Today Blender uses no SIMD abstraction, with relatively little use of SSE2 intrinsics directly, that are “translated” to ARM NEON via sse2neon.h. That kinda works, but is a bit ugly to write and read. Most of SIMDified code I’ve seen is somewhere between style 1 and style 2 above.

My own experience is:

  • Style 1 above is a decent stepping stone to make some parts of existing code “a little bit faster”, but the potential upside is very limited. A lot of the times you’re working with say 3D vectors, so even in “theoretically 100% of code can be SIMD here” is at most 3x faster (and uses 75% of SSE/NEON compute capability; 37% of AVX2 capability).
  • For style 2 code, there are various existing SIMD libraries, it’s also fairly trivial to write your own that does exactly what you need. You have various styles ranging from “this is N-wide vector with N being CPU SIMD width” (e.g. in astc-encoder astcenc_vecmathlib.h), to “programmer specifies desired N” like highway or libsimdpp. My own preference has been to “N is just machine SIMD width” – if your code is already SIMD friendly, then most/all loops end up “process N items, process next N items, …, process remainder as scalar”, and the code does not really care that much whether N is 4, 8, 16 or just 1 for fallback.
  • I did have good experience using ISPC in the past, for anything involving more than a couple of branches it makes it much easier to write code for, since it does all the execution mask handling (very much like a GPU programming model really). It also makes it trivial to compile several versions of the code and dispatch the right one. Downside: it’s another language (very much like C, but not exactly C), and it’s an external tool that needs to plug into build system, etc. etc.

(oh, and “auto vectorization” pretty much never works, except in really, really trivial cases – but that requires code to be very SIMD friendly to begin with, at which point it’s super trivial to manually SIMD it already)

4 Likes

If we wanted to make some of the mesh code more like your approach 2, what does this say about the current layout of the major data structures? Will they just work or do they have to be changed into things with better alignment? And if the latter, is it worth it to have temporary data structures with better alignment (but more space-wasting) to operate on, and then move back into Mesh data structures later? Do you have any proposed parts of Blender where you have been thinking of applying SIMD, and if so, what does that look like from a data structure point of view?

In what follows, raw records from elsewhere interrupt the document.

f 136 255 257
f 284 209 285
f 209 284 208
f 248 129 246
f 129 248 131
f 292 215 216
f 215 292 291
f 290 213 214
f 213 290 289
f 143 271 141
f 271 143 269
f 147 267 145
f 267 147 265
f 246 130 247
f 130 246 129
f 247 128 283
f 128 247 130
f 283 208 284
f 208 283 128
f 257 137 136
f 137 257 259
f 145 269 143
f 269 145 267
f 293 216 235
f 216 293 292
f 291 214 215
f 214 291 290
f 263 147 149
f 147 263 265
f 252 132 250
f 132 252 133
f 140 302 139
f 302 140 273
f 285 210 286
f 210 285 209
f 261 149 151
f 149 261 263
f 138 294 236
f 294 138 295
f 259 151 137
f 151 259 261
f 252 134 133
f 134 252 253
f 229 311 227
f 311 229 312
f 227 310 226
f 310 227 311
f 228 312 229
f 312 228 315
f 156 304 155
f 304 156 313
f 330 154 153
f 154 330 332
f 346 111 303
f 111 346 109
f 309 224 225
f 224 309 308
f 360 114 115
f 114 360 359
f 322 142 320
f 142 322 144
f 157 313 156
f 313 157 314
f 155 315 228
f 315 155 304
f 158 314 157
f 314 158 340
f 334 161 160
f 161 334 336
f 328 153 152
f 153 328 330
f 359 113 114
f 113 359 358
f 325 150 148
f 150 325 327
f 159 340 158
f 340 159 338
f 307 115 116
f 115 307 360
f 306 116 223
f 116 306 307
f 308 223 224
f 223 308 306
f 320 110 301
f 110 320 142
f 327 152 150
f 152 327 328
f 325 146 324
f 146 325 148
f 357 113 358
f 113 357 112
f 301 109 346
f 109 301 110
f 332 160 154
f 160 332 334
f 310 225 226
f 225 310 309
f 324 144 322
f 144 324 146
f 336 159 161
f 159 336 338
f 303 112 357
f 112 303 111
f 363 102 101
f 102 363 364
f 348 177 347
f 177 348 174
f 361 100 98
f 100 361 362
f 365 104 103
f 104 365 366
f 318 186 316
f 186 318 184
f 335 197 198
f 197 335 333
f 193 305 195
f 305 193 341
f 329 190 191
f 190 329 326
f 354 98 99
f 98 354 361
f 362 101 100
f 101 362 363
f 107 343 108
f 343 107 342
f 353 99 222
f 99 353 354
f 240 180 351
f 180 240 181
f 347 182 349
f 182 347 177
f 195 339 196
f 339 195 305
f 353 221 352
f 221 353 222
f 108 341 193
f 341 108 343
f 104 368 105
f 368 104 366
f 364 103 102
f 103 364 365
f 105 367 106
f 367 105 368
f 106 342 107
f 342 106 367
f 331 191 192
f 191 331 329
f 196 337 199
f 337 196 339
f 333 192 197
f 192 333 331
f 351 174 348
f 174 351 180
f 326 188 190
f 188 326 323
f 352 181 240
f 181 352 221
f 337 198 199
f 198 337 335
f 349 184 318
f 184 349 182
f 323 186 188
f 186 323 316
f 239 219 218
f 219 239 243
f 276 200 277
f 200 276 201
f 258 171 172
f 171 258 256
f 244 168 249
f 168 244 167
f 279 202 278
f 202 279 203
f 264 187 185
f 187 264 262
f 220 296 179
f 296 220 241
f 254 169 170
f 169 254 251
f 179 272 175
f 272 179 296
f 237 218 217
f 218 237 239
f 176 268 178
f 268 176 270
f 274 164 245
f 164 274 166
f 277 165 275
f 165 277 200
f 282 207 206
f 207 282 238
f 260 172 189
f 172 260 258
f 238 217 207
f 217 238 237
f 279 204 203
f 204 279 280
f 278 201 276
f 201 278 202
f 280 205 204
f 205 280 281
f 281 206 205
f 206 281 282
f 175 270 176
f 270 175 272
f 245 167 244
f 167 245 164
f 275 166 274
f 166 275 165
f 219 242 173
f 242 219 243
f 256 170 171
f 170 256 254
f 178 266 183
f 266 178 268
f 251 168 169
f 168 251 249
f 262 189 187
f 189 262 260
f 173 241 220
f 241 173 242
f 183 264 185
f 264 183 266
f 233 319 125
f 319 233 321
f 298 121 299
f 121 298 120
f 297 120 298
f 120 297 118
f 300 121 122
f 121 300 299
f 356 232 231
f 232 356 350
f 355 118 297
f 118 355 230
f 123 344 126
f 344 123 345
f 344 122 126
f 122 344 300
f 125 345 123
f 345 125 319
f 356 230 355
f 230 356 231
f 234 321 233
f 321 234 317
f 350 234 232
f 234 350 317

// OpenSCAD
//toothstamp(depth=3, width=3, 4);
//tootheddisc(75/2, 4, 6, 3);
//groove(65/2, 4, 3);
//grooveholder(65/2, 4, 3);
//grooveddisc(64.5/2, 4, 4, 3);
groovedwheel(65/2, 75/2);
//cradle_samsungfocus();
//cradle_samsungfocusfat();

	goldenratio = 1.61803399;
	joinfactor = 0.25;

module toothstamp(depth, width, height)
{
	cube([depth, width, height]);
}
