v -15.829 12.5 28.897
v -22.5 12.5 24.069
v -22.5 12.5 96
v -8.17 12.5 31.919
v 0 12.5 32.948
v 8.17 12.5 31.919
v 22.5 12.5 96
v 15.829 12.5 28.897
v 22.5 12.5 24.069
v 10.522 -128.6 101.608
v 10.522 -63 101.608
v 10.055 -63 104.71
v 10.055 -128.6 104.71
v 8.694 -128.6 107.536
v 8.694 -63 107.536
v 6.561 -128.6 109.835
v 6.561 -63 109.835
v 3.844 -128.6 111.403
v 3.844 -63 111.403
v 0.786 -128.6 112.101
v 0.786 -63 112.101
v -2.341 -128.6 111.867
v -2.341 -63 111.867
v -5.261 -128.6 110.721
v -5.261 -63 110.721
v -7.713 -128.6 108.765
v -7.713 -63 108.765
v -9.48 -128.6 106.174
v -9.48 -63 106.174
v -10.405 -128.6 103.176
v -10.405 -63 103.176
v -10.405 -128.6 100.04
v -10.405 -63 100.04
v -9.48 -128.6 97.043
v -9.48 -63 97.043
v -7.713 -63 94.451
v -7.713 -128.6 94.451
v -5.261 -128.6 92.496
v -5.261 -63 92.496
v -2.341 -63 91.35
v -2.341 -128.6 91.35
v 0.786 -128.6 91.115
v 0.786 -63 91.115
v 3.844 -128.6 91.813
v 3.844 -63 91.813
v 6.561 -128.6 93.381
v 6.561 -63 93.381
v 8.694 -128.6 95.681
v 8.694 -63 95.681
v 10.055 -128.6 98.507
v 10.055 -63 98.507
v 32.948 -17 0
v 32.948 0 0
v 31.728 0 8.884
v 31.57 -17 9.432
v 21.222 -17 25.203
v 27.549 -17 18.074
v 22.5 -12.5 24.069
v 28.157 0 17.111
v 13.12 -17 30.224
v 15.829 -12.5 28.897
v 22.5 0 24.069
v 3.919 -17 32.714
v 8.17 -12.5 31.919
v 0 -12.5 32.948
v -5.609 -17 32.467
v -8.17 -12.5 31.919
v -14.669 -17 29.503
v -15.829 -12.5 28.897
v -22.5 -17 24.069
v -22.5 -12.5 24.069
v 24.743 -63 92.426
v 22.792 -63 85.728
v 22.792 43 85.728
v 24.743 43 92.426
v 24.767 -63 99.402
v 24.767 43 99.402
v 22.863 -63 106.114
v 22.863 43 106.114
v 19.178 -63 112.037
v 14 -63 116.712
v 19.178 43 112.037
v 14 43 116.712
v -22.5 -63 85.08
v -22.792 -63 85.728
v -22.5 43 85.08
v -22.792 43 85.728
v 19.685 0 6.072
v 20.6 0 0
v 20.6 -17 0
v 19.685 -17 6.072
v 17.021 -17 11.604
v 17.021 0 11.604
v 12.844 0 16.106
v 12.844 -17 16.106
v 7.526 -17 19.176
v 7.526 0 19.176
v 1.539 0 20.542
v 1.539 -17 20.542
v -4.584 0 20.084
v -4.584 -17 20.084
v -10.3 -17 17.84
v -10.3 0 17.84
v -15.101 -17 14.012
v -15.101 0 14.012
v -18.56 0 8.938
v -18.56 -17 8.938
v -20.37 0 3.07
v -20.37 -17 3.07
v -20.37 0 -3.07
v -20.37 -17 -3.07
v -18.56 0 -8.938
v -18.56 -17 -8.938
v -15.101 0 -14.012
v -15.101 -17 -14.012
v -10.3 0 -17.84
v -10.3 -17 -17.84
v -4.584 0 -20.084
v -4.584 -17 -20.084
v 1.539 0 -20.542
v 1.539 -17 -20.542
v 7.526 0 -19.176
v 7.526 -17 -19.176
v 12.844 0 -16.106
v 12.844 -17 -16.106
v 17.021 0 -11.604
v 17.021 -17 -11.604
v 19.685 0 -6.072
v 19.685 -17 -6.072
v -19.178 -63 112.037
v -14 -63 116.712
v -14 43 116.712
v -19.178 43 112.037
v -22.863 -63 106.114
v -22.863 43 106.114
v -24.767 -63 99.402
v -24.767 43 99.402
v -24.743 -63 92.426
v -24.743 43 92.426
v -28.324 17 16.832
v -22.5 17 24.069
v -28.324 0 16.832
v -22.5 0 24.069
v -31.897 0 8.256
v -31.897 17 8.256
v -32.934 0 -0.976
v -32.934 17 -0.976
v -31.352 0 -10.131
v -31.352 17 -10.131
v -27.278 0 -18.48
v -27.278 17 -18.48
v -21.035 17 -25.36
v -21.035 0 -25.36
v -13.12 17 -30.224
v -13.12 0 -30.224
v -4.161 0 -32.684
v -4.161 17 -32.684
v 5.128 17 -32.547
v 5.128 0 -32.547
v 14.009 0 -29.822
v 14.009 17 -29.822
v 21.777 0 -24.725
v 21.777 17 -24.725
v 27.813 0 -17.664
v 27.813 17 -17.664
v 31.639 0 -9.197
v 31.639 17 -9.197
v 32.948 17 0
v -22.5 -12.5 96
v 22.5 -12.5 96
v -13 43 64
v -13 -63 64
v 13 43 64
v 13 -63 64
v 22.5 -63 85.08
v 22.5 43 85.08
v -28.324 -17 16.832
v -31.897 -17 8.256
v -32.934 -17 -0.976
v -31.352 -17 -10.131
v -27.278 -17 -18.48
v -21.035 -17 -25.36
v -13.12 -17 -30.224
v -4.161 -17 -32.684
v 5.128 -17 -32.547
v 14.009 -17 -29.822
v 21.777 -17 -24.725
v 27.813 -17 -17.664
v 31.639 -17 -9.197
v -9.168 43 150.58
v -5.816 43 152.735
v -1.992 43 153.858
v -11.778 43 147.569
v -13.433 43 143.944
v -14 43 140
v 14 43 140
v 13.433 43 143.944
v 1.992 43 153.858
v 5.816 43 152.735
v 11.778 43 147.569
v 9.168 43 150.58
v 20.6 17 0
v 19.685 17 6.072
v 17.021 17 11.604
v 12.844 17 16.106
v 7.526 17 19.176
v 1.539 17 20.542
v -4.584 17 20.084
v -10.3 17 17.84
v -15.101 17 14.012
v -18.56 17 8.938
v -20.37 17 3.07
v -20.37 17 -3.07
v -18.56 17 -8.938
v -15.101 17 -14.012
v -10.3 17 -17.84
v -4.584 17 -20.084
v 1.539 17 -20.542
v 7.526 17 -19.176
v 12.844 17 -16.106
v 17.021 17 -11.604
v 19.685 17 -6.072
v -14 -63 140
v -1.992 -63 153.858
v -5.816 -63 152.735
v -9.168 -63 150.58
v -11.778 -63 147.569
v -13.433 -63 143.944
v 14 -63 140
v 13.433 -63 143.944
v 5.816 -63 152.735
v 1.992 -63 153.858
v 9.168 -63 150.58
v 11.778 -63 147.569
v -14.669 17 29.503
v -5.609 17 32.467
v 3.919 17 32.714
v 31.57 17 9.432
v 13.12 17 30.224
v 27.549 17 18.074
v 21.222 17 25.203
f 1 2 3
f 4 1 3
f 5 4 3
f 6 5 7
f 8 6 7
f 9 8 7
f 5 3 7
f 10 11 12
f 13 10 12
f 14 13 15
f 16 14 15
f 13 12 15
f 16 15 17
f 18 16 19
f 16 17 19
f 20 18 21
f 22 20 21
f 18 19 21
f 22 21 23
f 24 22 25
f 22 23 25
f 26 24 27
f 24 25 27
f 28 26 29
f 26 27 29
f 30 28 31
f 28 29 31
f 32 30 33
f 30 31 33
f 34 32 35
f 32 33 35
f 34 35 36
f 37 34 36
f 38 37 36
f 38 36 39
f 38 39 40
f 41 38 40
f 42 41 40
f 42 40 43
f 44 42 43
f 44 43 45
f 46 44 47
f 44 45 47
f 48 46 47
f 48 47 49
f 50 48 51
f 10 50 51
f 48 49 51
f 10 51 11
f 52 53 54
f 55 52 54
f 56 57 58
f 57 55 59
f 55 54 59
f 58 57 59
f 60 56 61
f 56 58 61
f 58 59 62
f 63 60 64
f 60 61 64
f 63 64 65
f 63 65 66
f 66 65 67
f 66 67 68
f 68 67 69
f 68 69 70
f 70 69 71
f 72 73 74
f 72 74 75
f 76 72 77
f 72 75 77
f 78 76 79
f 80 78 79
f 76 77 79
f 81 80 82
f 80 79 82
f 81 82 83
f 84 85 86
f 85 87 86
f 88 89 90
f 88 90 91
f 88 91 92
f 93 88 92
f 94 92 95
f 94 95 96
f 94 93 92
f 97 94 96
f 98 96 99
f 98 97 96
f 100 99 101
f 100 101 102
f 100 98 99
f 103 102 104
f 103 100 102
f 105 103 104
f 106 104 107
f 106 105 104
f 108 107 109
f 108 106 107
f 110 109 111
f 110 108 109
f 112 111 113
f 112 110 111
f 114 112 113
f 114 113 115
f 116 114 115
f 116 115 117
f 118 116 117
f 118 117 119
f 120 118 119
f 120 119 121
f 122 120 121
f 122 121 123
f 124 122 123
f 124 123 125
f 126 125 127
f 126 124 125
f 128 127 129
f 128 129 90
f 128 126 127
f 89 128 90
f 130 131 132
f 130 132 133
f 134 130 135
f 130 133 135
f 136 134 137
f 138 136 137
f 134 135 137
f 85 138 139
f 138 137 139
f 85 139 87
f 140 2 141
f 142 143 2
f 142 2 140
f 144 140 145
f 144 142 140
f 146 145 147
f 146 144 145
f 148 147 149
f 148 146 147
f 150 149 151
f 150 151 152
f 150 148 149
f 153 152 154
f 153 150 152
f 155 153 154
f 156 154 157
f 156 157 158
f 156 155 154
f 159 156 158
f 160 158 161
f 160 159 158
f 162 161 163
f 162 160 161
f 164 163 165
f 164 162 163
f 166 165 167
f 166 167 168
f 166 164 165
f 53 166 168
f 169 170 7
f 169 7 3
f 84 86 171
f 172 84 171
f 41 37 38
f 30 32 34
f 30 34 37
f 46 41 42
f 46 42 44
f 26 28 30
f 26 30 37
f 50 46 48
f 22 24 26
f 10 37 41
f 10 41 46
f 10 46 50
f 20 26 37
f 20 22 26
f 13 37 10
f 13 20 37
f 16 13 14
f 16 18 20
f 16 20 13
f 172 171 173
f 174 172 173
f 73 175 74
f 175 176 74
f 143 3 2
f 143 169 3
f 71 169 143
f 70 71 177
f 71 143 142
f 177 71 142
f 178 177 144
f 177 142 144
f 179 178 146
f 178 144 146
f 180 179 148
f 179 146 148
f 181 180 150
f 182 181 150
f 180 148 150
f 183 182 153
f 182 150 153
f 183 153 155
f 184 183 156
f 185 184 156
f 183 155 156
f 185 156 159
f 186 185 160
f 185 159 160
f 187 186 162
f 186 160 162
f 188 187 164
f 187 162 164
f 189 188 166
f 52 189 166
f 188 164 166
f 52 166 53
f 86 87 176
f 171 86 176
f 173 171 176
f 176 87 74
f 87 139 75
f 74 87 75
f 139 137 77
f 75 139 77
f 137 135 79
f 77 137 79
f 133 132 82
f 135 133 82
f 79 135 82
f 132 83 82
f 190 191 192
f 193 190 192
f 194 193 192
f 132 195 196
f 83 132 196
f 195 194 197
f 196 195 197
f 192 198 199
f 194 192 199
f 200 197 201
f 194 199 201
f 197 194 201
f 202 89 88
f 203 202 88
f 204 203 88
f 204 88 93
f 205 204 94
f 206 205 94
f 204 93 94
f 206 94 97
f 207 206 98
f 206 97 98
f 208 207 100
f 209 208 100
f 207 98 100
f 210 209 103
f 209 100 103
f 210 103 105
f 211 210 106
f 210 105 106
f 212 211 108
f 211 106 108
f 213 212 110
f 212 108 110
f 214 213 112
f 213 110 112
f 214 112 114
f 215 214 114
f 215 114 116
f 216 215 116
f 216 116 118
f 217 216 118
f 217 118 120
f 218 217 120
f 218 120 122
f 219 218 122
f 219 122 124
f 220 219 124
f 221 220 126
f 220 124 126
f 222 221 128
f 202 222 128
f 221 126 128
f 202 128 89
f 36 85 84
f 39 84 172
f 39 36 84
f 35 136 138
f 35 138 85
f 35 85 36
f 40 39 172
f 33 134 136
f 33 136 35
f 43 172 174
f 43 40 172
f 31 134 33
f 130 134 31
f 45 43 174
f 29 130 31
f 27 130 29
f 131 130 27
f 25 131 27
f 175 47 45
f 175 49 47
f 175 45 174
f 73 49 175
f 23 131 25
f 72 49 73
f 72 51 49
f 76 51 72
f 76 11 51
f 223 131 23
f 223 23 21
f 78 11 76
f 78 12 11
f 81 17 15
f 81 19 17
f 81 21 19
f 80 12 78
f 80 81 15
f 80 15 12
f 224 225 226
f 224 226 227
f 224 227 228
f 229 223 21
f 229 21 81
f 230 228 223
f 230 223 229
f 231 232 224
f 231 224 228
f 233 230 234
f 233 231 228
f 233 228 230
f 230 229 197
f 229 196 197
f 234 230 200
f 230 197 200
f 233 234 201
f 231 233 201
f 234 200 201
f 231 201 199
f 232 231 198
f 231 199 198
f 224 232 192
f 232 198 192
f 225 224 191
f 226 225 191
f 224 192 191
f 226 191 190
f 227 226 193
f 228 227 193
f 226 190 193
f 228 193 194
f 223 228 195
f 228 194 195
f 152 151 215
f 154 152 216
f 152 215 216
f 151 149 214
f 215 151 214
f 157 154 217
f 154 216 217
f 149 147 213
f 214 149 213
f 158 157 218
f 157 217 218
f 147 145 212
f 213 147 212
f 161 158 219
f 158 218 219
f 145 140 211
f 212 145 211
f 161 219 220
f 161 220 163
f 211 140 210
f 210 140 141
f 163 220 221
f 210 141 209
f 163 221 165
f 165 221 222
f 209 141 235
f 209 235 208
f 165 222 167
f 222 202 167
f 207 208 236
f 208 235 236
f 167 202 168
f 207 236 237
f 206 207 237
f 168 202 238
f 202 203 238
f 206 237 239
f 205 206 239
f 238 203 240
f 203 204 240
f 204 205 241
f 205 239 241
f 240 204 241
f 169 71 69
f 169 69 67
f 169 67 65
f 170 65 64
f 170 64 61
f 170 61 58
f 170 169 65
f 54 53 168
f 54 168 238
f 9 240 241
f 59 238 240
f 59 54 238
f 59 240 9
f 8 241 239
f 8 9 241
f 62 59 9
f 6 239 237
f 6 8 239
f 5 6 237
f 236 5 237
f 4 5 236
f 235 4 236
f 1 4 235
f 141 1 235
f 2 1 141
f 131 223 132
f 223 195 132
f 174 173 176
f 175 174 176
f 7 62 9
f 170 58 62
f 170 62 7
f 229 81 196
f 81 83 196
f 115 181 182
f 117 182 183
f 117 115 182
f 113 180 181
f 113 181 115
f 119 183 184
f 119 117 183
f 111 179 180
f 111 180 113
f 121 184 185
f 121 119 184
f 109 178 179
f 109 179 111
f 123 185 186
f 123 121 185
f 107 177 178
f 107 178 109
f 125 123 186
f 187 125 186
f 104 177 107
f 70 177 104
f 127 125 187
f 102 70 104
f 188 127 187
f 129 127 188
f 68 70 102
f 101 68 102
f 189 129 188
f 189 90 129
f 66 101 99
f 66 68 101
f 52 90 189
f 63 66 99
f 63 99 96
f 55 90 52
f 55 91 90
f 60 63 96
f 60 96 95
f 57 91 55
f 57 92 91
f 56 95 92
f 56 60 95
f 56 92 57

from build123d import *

# Parameters (mm, degrees)
F0_R     = 20.6
F1_DEPTH = 17
F2_DEPTH = 12.5
F4_DEPTH = 43
F5_DEPTH = 20
F6_R     = 10.5222684304
F7_DEPTH = 65.6


# Not quite as in the source:
# - a feature names something its author has since deleted; it is built from what else it names


with BuildPart() as f1:
    # F0 (on Front) → F1 (new body, symmetric)
    with BuildSketch(Plane.XZ):
        with BuildLine():
            ThreePointArc((-22.5, 24.0694217363), (-13.1196699102, -30.2235226962), (32.9482482496, 0))
            ThreePointArc((32.9482482496, 0), (30.2235226962, 13.1196699102), (22.5, 24.0694217363))
            ThreePointArc((22.5, 24.0694217363), (0, 32.9482482496), (-22.5, 24.0694217363))
        make_face()
        Circle(F0_R, mode=Mode.SUBTRACT)
    extrude(amount=F1_DEPTH, both=True)

    # F0 (on Front) → F2 (join, symmetric)
    with BuildSketch(Plane.XZ):
        with BuildLine():
            ThreePointArc((-22.5, 24.0694217363), (0, 32.9482482496), (22.5, 24.0694217363))
            Line((22.5, 24.0694217363), (22.5, 85.0795575915))
            Line((22.5, 85.0795575915), (13, 64))
            Line((13, 64), (-13, 64))
            Line((-13, 64), (-22.5, 85.0795575915))
            Line((-22.5, 85.0795575915), (-22.5, 24.0694217363))
        make_face()
        Polygon((13, 64), (22.5, 85.0795575915), (22.5, 96), (-22.5, 96), (-22.5, 85.0795575915), (-13, 64), align=None)
    extrude(amount=F2_DEPTH, both=True)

I’ve only looked at several places, but my current takeaway is that the Mesh (maybe not BMesh) data is mostly fine – it’s arrays of attributes, nice and easy. But the parts that use them, also use a lot of other data, e.g. I was looking into armature deform code – and it’s branches upon branches, loosely fetching data from some “bone” structures, and making decisions “in the last minute, on one item at a time”. But again, this is highly dependent on exact places of code, blender has a lot of data structures.

In general, when designing for SIMD (or even hopes of auto-vectorization), for any data structure and code, first ask “can this be easily made to work on N things at once, instead of one thing at once?”. In some parts of blender today, the answer is “yeah, easily”, in some other parts it’s “uhh I’d have no idea where to even start lol” :slight_smile:

1 Like

Most of the recent mesh code is written to be compatible with that style of SIMD. At least we’ve been doing our best to write simple hot loops with clear inputs and outputs and minimal branching. Indeed, BMesh is basically the opposite and just doesn’t fit into this paradigm.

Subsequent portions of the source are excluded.